Sherry contempló la mano abierta de su hermana durante un buen rato antes de hablar.

—Vaya. Esas bromistas le han dado un buen giro a la historia. Tía Georgia la ha tejido con más urdimbre que trama. Sospecho que cuando llegue al club esta noche, sólo la modestia me impedirá admitir que me enfrenté con media docena de la peor ralea de Londres.

—¿Nada de esto es cierto? —preguntó Cybelline.

—Te ha alicaído —le dijo, observando la expresión decepcionada en sus labios—. Y lo siento. Siéntete libre para aumentar la historia si te apetece.
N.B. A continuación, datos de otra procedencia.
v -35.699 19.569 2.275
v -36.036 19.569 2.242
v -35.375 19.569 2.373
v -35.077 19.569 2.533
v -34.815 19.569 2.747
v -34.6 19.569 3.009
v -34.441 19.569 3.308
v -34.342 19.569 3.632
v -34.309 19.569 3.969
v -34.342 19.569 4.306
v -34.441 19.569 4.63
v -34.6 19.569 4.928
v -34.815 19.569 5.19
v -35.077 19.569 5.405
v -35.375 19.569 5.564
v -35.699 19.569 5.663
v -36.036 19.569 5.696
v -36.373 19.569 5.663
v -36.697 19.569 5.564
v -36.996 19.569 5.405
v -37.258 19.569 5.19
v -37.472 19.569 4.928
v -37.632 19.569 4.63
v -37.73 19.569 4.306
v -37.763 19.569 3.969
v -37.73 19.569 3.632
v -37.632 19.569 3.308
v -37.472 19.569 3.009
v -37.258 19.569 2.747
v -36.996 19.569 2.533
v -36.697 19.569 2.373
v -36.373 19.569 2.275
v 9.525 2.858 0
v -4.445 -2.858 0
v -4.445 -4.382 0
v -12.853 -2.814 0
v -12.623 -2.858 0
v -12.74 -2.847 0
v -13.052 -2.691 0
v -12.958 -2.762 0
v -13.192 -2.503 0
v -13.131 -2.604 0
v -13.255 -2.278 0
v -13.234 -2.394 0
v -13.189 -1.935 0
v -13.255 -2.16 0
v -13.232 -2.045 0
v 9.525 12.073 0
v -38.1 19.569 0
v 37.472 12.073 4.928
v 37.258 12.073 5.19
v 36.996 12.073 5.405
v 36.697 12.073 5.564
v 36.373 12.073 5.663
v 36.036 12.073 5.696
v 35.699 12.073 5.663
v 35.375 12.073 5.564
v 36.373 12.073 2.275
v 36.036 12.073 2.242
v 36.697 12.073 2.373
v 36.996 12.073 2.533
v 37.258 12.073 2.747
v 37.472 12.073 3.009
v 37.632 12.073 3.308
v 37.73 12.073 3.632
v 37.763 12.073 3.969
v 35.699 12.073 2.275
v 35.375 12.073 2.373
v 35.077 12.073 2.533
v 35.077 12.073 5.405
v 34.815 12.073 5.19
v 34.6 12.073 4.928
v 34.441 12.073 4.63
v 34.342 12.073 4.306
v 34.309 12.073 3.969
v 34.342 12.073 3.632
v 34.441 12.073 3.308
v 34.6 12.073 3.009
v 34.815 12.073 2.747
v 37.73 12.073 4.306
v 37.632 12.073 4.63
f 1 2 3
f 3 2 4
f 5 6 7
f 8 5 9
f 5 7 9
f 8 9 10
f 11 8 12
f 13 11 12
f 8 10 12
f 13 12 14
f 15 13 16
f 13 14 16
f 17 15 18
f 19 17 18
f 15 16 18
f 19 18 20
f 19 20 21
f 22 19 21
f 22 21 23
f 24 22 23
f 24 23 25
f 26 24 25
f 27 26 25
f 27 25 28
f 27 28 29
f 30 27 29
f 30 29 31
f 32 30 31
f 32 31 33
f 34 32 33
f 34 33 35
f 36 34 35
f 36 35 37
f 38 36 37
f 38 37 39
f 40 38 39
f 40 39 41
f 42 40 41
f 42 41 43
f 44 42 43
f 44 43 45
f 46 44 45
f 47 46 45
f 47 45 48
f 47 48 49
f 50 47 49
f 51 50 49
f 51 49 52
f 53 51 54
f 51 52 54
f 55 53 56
—No estoy decepcionada —dijo con terquedad—, y no voy a tener nada que ver en perpetuar la mentira. ¿Cuál es la verdad?

Él se la contó. Cuando hubo terminado, vio claramente que ella ya no podía negar su decepción.

—¿Es singularmente poco heróico, verdad?

—¿Te tumbaron sin más? —le preguntó ella.

—Así fue.

—¿No intentaste apartar a la señorita Dumont de en medio?

—Ella misma se apartó con gran facilidad. El hecho de que se pusiera a chillar como una posesa no me dispuso en ánimo de salvarla.

—Entonces, esa parte era cierta.

Él se dio unos golpecitos en la oreja con la palma de la mano.

—Es triste, pero es así.

—¿No le clavaste el cuchillo a tu asaltante?

—Ni siquiera pude ocuparme de mí mismo.

—Pensé que podría ser así.

Él la miró con atención.

—¿Hubieras preferido que la historia fuera cierta?

—¡No! —La respuesta sonó forzada y su fuerza se disipó demasiado de prisa—. No —repitió en tono más convincente al cabo de un momento—. No tuviste oportunidad de defenderte.

—Quizá no lo hubiera hecho.

—No lo creo.

Él se encogió de hombros.

—Cuando la situación te pone ante la elección de el dinero o la vida, sólo hay una respuesta sensata. No me gusta el hecho de que la petición ni siquiera fuera realizada.
Me pareció una mala manera que simplemente se precipitara contra mí.

—¿Una mala manera? —preguntó Cybelline con voz débil—. ¿Ésa es tu descripción de los métodos del asaltante? Realmente admiras las buenas maneras.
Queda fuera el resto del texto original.